How to complete this task :: Instruction for the data below: set down exactly the lines from the line with "f 914 920 919" to the line with "f 905 916 907", inclusive, and no others.

Dataset entries ::

┄┄┄┄┄┄┄┄┄┄

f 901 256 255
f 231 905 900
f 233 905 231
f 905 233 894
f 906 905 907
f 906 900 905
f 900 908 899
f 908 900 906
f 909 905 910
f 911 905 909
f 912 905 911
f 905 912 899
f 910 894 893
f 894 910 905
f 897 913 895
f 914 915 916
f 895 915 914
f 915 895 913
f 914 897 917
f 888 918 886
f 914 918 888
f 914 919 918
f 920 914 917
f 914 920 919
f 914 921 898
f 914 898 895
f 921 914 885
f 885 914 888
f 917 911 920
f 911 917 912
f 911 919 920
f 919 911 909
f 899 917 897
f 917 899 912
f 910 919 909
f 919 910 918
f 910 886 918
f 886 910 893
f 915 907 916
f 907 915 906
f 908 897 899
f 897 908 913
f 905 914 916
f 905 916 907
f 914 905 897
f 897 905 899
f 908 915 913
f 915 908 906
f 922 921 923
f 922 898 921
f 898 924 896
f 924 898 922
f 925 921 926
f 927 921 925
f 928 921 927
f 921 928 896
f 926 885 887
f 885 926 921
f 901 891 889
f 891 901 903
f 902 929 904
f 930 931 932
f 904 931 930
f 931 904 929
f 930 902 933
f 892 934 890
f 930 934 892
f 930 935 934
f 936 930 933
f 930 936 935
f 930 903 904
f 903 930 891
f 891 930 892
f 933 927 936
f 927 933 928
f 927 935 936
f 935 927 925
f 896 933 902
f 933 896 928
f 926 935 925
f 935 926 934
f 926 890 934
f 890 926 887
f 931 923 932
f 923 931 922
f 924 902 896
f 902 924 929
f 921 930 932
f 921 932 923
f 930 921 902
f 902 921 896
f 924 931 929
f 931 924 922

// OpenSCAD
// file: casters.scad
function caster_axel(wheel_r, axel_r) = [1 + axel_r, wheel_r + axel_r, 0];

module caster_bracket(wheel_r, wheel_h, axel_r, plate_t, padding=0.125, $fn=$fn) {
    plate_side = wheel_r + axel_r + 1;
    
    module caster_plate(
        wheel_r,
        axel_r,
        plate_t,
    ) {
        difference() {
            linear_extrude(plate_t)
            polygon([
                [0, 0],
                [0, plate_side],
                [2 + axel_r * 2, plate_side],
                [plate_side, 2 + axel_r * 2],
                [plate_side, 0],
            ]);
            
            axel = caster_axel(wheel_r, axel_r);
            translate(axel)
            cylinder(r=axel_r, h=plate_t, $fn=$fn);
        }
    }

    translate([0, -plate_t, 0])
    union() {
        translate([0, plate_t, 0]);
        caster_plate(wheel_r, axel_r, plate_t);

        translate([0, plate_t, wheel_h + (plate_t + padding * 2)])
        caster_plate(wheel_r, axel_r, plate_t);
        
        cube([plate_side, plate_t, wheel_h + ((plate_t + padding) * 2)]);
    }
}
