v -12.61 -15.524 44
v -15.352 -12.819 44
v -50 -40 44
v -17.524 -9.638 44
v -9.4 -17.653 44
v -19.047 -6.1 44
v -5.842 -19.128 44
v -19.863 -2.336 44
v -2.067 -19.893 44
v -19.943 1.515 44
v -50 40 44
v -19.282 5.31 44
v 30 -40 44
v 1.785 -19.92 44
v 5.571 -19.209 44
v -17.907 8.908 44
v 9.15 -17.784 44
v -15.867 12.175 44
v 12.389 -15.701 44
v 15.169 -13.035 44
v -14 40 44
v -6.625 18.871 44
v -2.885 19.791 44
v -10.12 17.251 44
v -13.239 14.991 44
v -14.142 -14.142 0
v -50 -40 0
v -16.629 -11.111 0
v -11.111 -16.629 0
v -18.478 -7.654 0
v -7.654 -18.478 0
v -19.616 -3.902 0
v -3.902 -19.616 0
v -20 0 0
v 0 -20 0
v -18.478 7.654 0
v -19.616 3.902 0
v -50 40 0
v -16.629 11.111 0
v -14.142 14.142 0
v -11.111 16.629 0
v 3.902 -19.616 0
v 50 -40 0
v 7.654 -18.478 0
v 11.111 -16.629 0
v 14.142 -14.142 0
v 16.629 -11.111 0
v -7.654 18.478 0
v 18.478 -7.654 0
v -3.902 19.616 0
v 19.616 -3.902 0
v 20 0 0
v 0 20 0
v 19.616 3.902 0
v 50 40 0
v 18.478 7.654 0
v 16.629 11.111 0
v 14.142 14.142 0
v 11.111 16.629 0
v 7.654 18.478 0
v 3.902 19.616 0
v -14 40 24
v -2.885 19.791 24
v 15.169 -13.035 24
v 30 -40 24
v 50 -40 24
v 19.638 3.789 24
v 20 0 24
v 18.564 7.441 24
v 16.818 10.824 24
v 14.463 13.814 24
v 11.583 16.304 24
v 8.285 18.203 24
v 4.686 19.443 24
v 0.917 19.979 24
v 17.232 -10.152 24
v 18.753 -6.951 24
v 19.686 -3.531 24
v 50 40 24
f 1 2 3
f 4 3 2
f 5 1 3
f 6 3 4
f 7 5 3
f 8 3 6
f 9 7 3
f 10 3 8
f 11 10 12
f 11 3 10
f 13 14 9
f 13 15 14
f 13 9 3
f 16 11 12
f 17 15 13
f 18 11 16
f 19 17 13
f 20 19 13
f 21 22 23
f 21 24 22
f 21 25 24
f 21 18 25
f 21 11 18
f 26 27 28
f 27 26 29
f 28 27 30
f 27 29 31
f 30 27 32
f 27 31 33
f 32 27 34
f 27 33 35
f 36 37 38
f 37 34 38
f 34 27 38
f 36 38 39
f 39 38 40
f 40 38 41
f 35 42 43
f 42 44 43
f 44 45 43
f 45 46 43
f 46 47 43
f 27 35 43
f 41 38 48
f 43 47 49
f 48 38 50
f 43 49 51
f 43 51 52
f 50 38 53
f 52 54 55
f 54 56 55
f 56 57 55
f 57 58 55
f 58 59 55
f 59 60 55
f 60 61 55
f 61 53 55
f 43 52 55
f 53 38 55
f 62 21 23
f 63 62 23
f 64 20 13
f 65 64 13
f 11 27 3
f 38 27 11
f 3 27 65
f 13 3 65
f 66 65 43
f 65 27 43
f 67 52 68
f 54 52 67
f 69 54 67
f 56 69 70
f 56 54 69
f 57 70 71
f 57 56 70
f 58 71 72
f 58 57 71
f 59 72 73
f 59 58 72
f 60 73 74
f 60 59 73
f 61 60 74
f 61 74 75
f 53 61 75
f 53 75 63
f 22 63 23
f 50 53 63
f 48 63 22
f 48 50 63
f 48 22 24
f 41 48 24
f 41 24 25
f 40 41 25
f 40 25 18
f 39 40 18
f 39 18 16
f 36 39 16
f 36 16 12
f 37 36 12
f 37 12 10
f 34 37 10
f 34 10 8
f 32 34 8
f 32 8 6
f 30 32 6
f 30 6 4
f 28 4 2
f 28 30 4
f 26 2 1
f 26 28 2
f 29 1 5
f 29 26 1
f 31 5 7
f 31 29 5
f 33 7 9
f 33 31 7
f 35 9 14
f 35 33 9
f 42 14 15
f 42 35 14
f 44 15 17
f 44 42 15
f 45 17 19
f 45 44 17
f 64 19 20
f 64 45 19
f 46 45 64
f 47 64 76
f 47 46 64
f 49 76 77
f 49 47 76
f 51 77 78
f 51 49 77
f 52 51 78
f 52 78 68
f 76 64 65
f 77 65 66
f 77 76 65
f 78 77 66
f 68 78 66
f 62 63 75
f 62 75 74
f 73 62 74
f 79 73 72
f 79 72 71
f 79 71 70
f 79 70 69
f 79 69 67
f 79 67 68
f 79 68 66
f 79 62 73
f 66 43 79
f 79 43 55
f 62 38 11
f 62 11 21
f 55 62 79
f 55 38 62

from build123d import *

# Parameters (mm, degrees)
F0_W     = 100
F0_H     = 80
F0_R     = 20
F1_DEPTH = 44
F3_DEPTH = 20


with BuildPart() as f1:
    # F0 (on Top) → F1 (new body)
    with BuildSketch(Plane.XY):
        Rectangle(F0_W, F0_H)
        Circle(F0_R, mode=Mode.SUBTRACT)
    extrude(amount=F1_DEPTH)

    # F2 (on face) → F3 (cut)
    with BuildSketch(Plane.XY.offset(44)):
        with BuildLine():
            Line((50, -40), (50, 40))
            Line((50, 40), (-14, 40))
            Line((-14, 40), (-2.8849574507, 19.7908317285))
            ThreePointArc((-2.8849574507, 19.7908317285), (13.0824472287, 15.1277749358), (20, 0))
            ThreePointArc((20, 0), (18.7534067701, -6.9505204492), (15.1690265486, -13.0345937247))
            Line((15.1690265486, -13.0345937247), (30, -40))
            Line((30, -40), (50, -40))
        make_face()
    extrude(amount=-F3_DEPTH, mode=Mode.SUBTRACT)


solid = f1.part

┄┄┄┄┄┄┄┄┄┄

Written response ::
f 914 920 919
f 914 921 898
f 914 898 895
f 921 914 885
f 885 914 888
f 917 911 920
f 911 917 912
f 911 919 920
f 919 911 909
f 899 917 897
f 917 899 912
f 910 919 909
f 919 910 918
f 910 886 918
f 886 910 893
f 915 907 916
f 907 915 906
f 908 897 899
f 897 908 913
f 905 914 916
f 905 916 907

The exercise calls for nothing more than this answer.